In The G Quotient: Why Gay Executives Are Excelling as Leaders . . . and What Every Manager Needs to Know, author and USC business-school professor Kirk Snyder argues that gay bosses embody a style of personalized attention that allows high-maintenance Gen Xers and Yers to maximize their performance. “Gay executives tend to look at how each individual brings unique abilities, and they see their job as figuring out how best to take advantage of those skills,“ he says.
In fact, during Snyder’s five-year study of American executives, he stumbled on some startling findings: Gay male bosses produce 35 to 60 percent higher levels of employee engagement, satisfaction, and morale than straight bosses.

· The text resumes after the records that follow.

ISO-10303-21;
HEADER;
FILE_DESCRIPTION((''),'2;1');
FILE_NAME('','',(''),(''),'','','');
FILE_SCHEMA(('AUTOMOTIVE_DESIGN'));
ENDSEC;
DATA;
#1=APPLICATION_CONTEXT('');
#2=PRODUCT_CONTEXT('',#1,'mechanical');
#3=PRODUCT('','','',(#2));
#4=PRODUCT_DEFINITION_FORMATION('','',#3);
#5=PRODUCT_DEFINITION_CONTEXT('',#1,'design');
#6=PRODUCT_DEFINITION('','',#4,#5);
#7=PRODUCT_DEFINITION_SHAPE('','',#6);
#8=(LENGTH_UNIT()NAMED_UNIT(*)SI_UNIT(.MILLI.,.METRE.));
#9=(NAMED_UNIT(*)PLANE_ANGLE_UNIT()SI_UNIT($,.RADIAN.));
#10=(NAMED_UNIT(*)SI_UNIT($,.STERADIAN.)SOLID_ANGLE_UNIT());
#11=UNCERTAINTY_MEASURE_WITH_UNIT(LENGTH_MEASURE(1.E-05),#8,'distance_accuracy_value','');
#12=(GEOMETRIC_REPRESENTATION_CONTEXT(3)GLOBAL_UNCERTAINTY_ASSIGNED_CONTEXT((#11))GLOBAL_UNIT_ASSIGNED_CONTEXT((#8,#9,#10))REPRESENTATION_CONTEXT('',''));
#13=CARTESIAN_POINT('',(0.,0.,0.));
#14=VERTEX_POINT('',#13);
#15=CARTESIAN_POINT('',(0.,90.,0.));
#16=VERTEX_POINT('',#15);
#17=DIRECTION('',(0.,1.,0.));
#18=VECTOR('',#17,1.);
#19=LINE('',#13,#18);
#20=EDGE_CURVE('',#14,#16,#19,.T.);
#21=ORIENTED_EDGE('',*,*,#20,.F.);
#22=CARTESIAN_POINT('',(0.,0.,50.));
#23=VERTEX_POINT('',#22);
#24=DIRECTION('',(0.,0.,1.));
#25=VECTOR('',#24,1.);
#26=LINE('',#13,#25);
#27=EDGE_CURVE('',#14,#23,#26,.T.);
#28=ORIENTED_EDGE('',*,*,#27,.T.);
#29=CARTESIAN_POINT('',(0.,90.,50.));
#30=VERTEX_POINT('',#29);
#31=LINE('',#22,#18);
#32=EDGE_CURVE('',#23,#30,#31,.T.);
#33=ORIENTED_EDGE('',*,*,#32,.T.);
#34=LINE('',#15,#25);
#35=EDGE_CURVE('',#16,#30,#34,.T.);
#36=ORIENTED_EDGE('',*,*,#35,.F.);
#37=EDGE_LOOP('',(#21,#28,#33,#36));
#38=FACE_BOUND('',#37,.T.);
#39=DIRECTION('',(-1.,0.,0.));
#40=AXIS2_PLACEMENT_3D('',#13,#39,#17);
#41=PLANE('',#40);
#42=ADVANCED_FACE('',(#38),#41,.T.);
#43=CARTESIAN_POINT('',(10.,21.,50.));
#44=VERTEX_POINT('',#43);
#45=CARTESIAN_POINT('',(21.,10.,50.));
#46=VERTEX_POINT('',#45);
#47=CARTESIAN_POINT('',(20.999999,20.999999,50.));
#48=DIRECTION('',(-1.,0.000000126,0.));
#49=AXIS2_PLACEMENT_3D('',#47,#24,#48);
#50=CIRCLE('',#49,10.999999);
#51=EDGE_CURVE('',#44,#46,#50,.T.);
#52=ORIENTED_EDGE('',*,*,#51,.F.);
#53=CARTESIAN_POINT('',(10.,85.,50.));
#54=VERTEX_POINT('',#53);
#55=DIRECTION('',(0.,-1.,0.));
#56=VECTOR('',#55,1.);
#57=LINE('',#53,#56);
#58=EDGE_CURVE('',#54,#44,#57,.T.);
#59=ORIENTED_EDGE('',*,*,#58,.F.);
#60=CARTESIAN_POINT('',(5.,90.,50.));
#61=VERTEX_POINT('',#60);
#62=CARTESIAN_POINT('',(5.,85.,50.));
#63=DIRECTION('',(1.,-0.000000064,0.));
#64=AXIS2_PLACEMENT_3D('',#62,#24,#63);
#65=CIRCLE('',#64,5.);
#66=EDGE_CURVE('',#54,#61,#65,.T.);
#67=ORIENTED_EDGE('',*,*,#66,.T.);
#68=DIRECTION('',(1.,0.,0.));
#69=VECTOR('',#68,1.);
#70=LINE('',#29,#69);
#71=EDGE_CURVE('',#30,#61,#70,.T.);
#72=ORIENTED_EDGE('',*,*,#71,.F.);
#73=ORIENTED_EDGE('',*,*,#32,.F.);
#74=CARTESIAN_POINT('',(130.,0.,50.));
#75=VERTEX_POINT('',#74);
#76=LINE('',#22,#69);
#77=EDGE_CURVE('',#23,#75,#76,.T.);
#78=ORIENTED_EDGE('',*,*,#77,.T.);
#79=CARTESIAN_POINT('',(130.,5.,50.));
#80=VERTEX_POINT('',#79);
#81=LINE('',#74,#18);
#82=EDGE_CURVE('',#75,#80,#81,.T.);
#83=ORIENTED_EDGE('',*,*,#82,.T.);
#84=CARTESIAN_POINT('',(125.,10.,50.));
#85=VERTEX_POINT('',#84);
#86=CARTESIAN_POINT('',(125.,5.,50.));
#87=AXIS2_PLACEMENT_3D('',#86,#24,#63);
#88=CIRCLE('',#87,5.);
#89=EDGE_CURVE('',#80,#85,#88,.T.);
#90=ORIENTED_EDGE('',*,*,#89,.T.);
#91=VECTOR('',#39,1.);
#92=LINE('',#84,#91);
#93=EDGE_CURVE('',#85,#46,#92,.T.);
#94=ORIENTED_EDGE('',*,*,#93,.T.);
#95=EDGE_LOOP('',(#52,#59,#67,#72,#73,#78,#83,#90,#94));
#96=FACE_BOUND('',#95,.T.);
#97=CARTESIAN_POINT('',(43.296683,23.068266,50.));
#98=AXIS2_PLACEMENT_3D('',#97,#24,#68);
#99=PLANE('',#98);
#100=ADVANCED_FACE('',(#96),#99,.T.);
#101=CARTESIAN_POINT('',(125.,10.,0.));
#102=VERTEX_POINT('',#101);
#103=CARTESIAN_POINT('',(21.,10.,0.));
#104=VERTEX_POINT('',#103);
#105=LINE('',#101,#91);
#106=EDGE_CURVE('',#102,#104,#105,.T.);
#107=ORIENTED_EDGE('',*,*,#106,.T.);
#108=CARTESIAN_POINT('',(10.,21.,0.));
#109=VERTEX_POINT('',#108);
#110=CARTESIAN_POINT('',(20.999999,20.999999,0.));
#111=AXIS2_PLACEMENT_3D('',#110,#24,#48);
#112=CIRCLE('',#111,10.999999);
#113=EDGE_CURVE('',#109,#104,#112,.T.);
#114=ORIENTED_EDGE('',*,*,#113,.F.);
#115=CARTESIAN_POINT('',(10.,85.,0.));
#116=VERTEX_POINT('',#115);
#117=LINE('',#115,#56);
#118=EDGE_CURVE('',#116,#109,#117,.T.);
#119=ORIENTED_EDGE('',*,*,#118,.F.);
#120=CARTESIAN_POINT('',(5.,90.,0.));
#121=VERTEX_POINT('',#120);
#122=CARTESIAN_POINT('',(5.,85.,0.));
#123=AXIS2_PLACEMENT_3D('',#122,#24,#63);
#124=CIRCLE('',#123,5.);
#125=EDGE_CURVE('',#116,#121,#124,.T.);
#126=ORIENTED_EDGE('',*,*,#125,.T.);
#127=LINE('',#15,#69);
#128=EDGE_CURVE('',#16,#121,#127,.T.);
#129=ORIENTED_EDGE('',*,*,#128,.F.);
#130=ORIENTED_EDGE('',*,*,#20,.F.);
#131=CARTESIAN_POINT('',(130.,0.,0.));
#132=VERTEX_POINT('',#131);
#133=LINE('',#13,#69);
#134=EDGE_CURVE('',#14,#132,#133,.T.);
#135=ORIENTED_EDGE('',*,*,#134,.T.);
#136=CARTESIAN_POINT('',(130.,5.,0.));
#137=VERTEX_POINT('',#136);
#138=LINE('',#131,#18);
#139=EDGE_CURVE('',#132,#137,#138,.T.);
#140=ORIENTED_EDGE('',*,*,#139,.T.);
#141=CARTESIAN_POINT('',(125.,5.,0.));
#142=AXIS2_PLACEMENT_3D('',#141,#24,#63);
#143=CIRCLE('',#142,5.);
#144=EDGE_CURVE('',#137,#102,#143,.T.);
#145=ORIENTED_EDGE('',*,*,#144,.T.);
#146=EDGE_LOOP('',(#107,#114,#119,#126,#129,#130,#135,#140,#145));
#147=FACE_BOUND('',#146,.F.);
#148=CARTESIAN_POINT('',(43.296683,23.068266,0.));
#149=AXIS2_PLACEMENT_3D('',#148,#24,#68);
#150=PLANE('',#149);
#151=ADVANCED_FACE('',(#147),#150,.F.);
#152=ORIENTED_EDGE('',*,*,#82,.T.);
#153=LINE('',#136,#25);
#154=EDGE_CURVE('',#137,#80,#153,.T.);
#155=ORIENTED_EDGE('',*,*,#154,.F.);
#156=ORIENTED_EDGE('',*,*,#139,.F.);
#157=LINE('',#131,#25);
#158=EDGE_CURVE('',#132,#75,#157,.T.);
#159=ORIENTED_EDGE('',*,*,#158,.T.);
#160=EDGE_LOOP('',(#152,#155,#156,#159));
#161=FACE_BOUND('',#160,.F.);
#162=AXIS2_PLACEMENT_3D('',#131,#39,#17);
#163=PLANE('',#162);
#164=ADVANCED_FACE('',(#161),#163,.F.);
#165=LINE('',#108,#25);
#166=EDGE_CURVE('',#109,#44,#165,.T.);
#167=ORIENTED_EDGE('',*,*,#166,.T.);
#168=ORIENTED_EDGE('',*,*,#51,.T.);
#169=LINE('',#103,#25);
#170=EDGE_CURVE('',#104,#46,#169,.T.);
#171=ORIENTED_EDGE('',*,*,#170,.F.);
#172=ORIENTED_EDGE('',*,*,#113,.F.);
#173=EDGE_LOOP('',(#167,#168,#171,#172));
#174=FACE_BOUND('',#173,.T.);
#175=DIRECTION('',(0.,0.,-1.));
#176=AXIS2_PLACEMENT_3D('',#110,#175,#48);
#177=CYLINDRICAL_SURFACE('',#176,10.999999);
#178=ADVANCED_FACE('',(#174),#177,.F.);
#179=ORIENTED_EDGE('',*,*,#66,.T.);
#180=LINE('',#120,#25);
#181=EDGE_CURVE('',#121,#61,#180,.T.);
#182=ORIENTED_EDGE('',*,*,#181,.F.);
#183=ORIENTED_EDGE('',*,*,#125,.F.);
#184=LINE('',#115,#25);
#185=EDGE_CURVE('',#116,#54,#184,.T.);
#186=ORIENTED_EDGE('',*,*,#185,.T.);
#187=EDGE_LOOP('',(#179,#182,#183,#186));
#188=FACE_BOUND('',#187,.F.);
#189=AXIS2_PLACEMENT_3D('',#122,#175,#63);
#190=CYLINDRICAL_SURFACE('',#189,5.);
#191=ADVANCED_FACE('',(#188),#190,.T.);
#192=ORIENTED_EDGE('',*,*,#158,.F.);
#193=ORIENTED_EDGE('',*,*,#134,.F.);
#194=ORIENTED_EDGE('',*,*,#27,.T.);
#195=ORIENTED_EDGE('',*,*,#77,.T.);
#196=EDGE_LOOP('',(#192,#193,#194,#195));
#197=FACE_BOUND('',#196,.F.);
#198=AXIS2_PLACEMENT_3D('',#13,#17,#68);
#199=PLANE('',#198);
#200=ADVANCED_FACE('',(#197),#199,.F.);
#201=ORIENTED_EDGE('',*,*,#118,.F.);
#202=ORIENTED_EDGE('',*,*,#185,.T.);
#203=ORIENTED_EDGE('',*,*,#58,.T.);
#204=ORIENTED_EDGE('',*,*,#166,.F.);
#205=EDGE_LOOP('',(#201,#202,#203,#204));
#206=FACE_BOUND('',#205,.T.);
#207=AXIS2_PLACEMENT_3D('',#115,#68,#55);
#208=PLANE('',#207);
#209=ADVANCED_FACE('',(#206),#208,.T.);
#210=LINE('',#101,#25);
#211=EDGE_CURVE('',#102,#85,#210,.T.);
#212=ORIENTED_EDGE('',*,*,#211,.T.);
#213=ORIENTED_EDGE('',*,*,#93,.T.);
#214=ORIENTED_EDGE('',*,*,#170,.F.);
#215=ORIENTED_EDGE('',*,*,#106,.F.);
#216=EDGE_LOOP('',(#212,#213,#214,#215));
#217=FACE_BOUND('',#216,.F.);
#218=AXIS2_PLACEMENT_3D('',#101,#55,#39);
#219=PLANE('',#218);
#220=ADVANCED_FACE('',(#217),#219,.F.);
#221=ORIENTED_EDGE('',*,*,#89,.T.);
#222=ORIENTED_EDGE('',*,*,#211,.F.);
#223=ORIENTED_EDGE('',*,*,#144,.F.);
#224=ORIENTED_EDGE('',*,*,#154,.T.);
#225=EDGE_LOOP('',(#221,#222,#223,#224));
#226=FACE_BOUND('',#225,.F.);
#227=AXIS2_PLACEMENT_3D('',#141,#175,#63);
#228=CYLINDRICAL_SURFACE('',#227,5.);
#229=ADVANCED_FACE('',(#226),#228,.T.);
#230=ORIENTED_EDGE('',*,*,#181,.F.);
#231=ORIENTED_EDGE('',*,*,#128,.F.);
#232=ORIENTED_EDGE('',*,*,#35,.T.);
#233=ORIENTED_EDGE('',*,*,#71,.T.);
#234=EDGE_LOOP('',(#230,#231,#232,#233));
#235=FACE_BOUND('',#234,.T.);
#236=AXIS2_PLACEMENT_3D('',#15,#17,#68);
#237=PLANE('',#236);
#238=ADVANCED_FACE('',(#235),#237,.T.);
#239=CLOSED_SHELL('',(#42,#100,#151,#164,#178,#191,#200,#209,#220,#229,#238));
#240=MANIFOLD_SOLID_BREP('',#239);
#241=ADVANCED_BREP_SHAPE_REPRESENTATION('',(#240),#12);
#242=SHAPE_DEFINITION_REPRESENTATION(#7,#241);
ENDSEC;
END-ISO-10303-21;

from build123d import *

# Parameters (mm, degrees)
EXTRUDE_DEPTH = 50


with BuildPart() as part:
    # Sketch → Extrude (new body)
    with BuildSketch(Plane.XY):
        with BuildLine():
            Line((0, 0), (130, 0))
            Line((130, 0), (130, 5))
            ThreePointArc((130, 5), (128.535534, 8.535534), (125, 10))
            Line((125, 10), (21, 10))
            ThreePointArc((10, 21), (13.221825, 13.221825), (21, 10))
            Line((10, 85), (10, 21))
            ThreePointArc((10, 85), (8.535534, 88.535534), (5, 90))
            Line((0, 90), (5, 90))
            Line((0, 0), (0, 90))
        make_face()
    extrude(amount=EXTRUDE_DEPTH)


solid = part.part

This is no small achievement: According to human-resources consulting firm Towers Perrin, only a measly 14 percent of the global corporate workforce are fully engaged by their jobs. And the Saratoga Institute, a group that measures the effectiveness of HR departments, found that in a study of 20,000 workers who had quit their jobs, the primary motivator for jumping ship was their supervisors’ behavior.
So what makes gay bosses different? It may have to do with the way they survived high school. “Gay people are constantly having to dodge and weave and assess how and where they’re going as they grow up,“ says Snyder. “And that manifests itself as three huge skills: adaptability, intuitive communications, and creative problem-solving.“ In other words, your boss is cool with your leaving a little early one day a week to pick up your kid from school, or happy to offer a learning experience that helps you close a crucial deal.
Gay executives note that the reflection and candidness required for coming out mean that by the time they get to the workplace, gay men are often secure in their identity and don’t feel the need to abuse people in order to boost their ego. “It makes you really honest with yourself and everyone around you,“ says Chris McCarthy, a vice president at MTV Networks who came out 10 years ago. He believes the experience has allowed him to tap into the individual needs of his seven team members, including two discontented employees whom he recently helped find new positions within the company. “I think it’s really important that you give people the opportunity to have self-respect, even if that means helping them leave a job in the way they want to,“ he explains.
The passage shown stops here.